In Britain we have good evidence for three major glacial episodes (Anglian, Wolsonian and Devensian) during the last 300,000 years, separated by interglacials. As Peter Toghill has said, we are now living in an interglacial with temperatures cooling, which started 10,000 years ago; that cyclical evidence from the past suggests it will end in about 5000 years; and that there is no evidence that this cyclical sequence is at an end. The Quaternary is divided into the Pleistocene and the Holocene which are further subdivided into stages based on climate change. The Holocene started only 10,000 years ago and is considered by many as merely the latest interglacial within the Pleistocene. The Development of continental ice sheets is relatable to atmospheric and ocean circulation, and it appears that that the first ones were formed in Antarctica during the Oligocene around 30 Ma with a well-established sheet in existence by the late Miocene, 14 Ma and those in Europe and Iceland around 2.5 Ma. In Britain, the oldest true glacial deposits are around 300,000 years old, although as we have seen, older glaciations occurred in the North Sea Basin, and it is likely that the Scottish Highlands began to be glaciated over 2 Ma when cold phases began in earnest, though no sediments or fossils occur of this age.

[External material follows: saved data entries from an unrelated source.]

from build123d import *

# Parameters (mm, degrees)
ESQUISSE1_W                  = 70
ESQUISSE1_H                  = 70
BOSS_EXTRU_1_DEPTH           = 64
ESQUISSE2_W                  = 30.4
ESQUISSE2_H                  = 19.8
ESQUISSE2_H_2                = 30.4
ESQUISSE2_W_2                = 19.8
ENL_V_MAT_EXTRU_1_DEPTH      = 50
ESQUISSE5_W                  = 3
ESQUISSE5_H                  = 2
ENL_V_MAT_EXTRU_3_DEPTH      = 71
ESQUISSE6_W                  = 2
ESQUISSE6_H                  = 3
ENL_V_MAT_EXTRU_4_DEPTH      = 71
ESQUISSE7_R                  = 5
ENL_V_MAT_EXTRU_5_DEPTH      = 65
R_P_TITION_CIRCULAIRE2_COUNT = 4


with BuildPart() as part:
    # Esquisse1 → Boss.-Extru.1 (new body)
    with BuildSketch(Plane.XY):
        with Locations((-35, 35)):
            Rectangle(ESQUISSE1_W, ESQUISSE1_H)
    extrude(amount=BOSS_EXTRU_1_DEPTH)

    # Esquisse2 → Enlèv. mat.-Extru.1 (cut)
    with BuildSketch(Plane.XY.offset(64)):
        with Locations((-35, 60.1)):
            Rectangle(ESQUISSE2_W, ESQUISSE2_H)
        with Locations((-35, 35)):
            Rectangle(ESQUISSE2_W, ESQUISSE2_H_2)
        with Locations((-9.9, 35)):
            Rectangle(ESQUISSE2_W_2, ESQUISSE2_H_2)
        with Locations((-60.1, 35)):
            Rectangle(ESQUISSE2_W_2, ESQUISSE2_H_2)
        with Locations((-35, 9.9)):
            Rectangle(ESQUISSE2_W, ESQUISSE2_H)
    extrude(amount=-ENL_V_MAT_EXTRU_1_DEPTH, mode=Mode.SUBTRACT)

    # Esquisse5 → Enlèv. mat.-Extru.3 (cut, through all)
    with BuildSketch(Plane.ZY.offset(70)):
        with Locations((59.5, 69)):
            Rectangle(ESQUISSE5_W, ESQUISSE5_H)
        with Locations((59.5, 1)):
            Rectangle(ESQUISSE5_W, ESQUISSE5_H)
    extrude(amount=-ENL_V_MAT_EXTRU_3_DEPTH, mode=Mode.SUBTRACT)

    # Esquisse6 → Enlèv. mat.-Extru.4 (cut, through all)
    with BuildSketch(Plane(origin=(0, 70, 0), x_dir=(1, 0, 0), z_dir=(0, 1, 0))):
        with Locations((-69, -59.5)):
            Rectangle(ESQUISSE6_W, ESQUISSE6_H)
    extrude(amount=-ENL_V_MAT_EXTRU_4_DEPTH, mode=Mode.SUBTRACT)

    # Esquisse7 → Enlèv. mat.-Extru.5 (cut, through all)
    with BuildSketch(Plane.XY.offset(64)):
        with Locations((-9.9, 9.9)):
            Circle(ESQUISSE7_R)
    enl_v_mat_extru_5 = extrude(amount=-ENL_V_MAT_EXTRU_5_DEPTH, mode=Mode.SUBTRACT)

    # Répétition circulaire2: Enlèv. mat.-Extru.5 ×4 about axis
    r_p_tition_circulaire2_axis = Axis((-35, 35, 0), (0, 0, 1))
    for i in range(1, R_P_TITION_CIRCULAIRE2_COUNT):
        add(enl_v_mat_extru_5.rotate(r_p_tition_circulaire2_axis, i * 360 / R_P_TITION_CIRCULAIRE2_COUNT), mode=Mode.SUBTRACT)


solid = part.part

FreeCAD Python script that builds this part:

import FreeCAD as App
import Part
import Sketcher
from FreeCAD import Vector


def add_polygon(sketch, points):
    """Adds a closed chain of lines whose ends are joined by coincident constraints."""
    first, n = sketch.GeometryCount, len(points)
    for a, b in zip(points, points[1:] + points[:1]):
        sketch.addGeometry(Part.LineSegment(App.Vector(*a, 0), App.Vector(*b, 0)), False)
    for i in range(n):
        sketch.addConstraint(Sketcher.Constraint("Coincident", first + i, 2, first + (i + 1) % n, 1))

doc = App.newDocument("Part")
body = doc.addObject("PartDesign::Body", "Body")

# Sketch on XY plane
sketch1 = doc.addObject("Sketcher::SketchObject", "Sketch")
body.addObject(sketch1)
sketch1.AttachmentSupport = (doc.XY_Plane, [""])
sketch1.MapMode = "FlatFace"
add_polygon(sketch1, [(-70, 70), (-70, 0), (0, 0), (0, 70)])  # lines 0-3
sketch1.addConstraint([
    Sketcher.Constraint("Vertical", 0),
    Sketcher.Constraint("Horizontal", 1),
    Sketcher.Constraint("Vertical", 2),
    Sketcher.Constraint("Horizontal", 3),
    Sketcher.Constraint("Coincident", 1, 2, -1, 1),
    Sketcher.Constraint("Equal", 3, 0),
    Sketcher.Constraint("DistanceX", 1, 1, 1, 2, 70.0),
])
pad1 = doc.addObject("PartDesign::Pad", "Pad")
body.addObject(pad1)
pad1.Profile = sketch1
pad1.Length = 64

# Sketch on XY plane
sketch2 = doc.addObject("Sketcher::SketchObject", "Sketch001")
body.addObject(sketch2)
sketch2.AttachmentSupport = (doc.XY_Plane, [""])
sketch2.MapMode = "FlatFace"
sketch2.AttachmentOffset = App.Placement(Vector(0, 0, 64), App.Rotation())
add_polygon(sketch2, [(-50.2, 70), (-50.2, 50.2), (-70, 50.2), (-70, 19.8), (-50.2, 19.8), (-50.2, 0), (-19.8, 0), (-19.8, 19.8), (0, 19.8), (0, 50.2), (-19.8, 50.2), (-19.8, 70)])  # lines 0-11
sketch2.addConstraint([
    Sketcher.Constraint("Vertical", 0),
    Sketcher.Constraint("Horizontal", 1),
    Sketcher.Constraint("Vertical", 2),
    Sketcher.Constraint("Horizontal", 3),
    Sketcher.Constraint("Vertical", 4),
    Sketcher.Constraint("Horizontal", 5),
    Sketcher.Constraint("Vertical", 6),
    Sketcher.Constraint("Horizontal", 7),
    Sketcher.Constraint("Vertical", 8),
    Sketcher.Constraint("Horizontal", 9),
    Sketcher.Constraint("Vertical", 10),
    Sketcher.Constraint("Horizontal", 11),
    Sketcher.Constraint("PointOnObject", 4, 2, -1),
    Sketcher.Constraint("PointOnObject", 7, 2, -2),
    Sketcher.Constraint("Horizontal", 3, 2, 6, 2),
    Sketcher.Constraint("Horizontal", 1, 2, 8, 2),
    Sketcher.Constraint("Vertical", 0, 2, 3, 2),
    Sketcher.Constraint("Vertical", 6, 2, 9, 2),
    Sketcher.Constraint("Equal", 3, 7),
    Sketcher.Constraint("Equal", 9, 0),
    Sketcher.Constraint("Equal", 11, 2),
    Sketcher.Constraint("Equal", 0, 4),
    Sketcher.Constraint("DistanceX", 1, 2, 1, 1, 19.8),
    Sketcher.Constraint("DistanceX", 5, 1, 5, 2, 30.4),
])
pocket1 = doc.addObject("PartDesign::Pocket", "Pocket")
body.addObject(pocket1)
pocket1.Profile = sketch2
pocket1.Length = 50

# Sketch on YZ plane
sketch3 = doc.addObject("Sketcher::SketchObject", "Sketch002")
body.addObject(sketch3)
sketch3.AttachmentSupport = (doc.YZ_Plane, [""])
sketch3.MapMode = "FlatFace"
sketch3.AttachmentOffset = App.Placement(Vector(0, 0, -70), App.Rotation())
add_polygon(sketch3, [(70, 58), (68, 58), (68, 61), (70, 61)])  # lines 0-3
add_polygon(sketch3, [(2, 58), (0, 58), (0, 61), (2, 61)])  # lines 4-7
sketch3.addConstraint([
    Sketcher.Constraint("Horizontal", 0),
    Sketcher.Constraint("Vertical", 1),
    Sketcher.Constraint("Horizontal", 2),
    Sketcher.Constraint("Vertical", 3),
    Sketcher.Constraint("Horizontal", 4),
    Sketcher.Constraint("Vertical", 5),
    Sketcher.Constraint("Horizontal", 6),
    Sketcher.Constraint("Vertical", 7),
    Sketcher.Constraint("PointOnObject", 4, 2, -2),
    Sketcher.Constraint("Horizontal", 3, 2, 4, 2),
    Sketcher.Constraint("Horizontal", 2, 2, 5, 2),
    Sketcher.Constraint("Equal", 2, 4),
    Sketcher.Constraint("DistanceX", 0, 2, 0, 1, 2.0),
    Sketcher.Constraint("DistanceY", 1, 1, 1, 2, 3.0),
    Sketcher.Constraint("DistanceX", -1, 1, 0, 2, 68.0),
    Sketcher.Constraint("DistanceY", -1, 1, 0, 2, 58.0),
])
pocket2 = doc.addObject("PartDesign::Pocket", "Pocket001")
body.addObject(pocket2)
pocket2.Profile = sketch3
pocket2.Type = "ThroughAll"
pocket2.Reversed = True

# Sketch on XZ plane
sketch4 = doc.addObject("Sketcher::SketchObject", "Sketch003")
body.addObject(sketch4)
sketch4.AttachmentSupport = (doc.XZ_Plane, [""])
sketch4.MapMode = "FlatFace"
sketch4.AttachmentOffset = App.Placement(Vector(0, 0, -70), App.Rotation())
add_polygon(sketch4, [(-70, 58), (-70, 61), (-68, 61), (-68, 58)])  # lines 0-3
sketch4.addConstraint([
    Sketcher.Constraint("Vertical", 0),
    Sketcher.Constraint("Horizontal", 1),
    Sketcher.Constraint("Vertical", 2),
    Sketcher.Constraint("Horizontal", 3),
    Sketcher.Constraint("DistanceX", 1, 1, 1, 2, 2.0),
    Sketcher.Constraint("DistanceY", 0, 1, 0, 2, 3.0),
    Sketcher.Constraint("DistanceX", 0, 2, -1, 1, 70.0),
    Sketcher.Constraint("DistanceY", -1, 1, 0, 2, 61.0),
])
pocket3 = doc.addObject("PartDesign::Pocket", "Pocket002")
body.addObject(pocket3)
pocket3.Profile = sketch4
pocket3.Type = "ThroughAll"
pocket3.Reversed = True

# Sketch on XY plane
sketch5 = doc.addObject("Sketcher::SketchObject", "Sketch004")
body.addObject(sketch5)
sketch5.AttachmentSupport = (doc.XY_Plane, [""])
sketch5.MapMode = "FlatFace"
sketch5.AttachmentOffset = App.Placement(Vector(0, 0, 64), App.Rotation())
sketch5.addGeometry(Part.Circle(Vector(-9.9, 9.9, 0), Vector(0, 0, 1), 5), False)
sketch5.addConstraint([
    Sketcher.Constraint("Diameter", 0, 10.0),
    Sketcher.Constraint("DistanceX", 0, 3, -1, 1, 9.9),
    Sketcher.Constraint("DistanceY", -1, 1, 0, 3, 9.9),
])
pocket4 = doc.addObject("PartDesign::Pocket", "Pocket003")
body.addObject(pocket4)
pocket4.Profile = sketch5
pocket4.Type = "ThroughAll"
doc.recompute()

datumline = doc.addObject("PartDesign::Line", "DatumLine")
body.addObject(datumline)
datumline.Placement = App.Placement(Vector(-35, 35, 0), App.Rotation(Vector(0, 0, 1), Vector(0, 0, 1)))
polarpattern = doc.addObject("PartDesign::PolarPattern", "PolarPattern")
body.addObject(polarpattern)
polarpattern.Originals = [pocket4]
polarpattern.Axis = (datumline, [""])
polarpattern.Angle = 360
polarpattern.Occurrences = 4
body.Tip = polarpattern

doc.recompute()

In north-west Europe the Quaternary includes an early pre-glacial phase, 2.5 to 0.6 Ma and a later phase, 0.6 Ma to the present day. Glacial episodes in Europe and North America led to ice sheets up to 4 km thick covering many areas, though in Britain they probably did not exceed 2 km. Continental ice sheets such as in Antarctica and Greenland lock up oceanic water and sea levels fell globally during the Pleistocene glacial phases by up to 150 m compared with today. Ice around the north pole is simply frozen sea, not an ice sheet. The weight of ice on land depresses continental masses into the molten magma beneath them and in parts of northern Britain, this depression was greater than the fall in sea level, so that old beaches were taken below earlier sea levels, while with the removal such ice sheets by melting, the land has risen again (isostatic readjustment) by as much as 30m above present sea levels in north-west Scotland, total isostatic effect has been as much as 150m.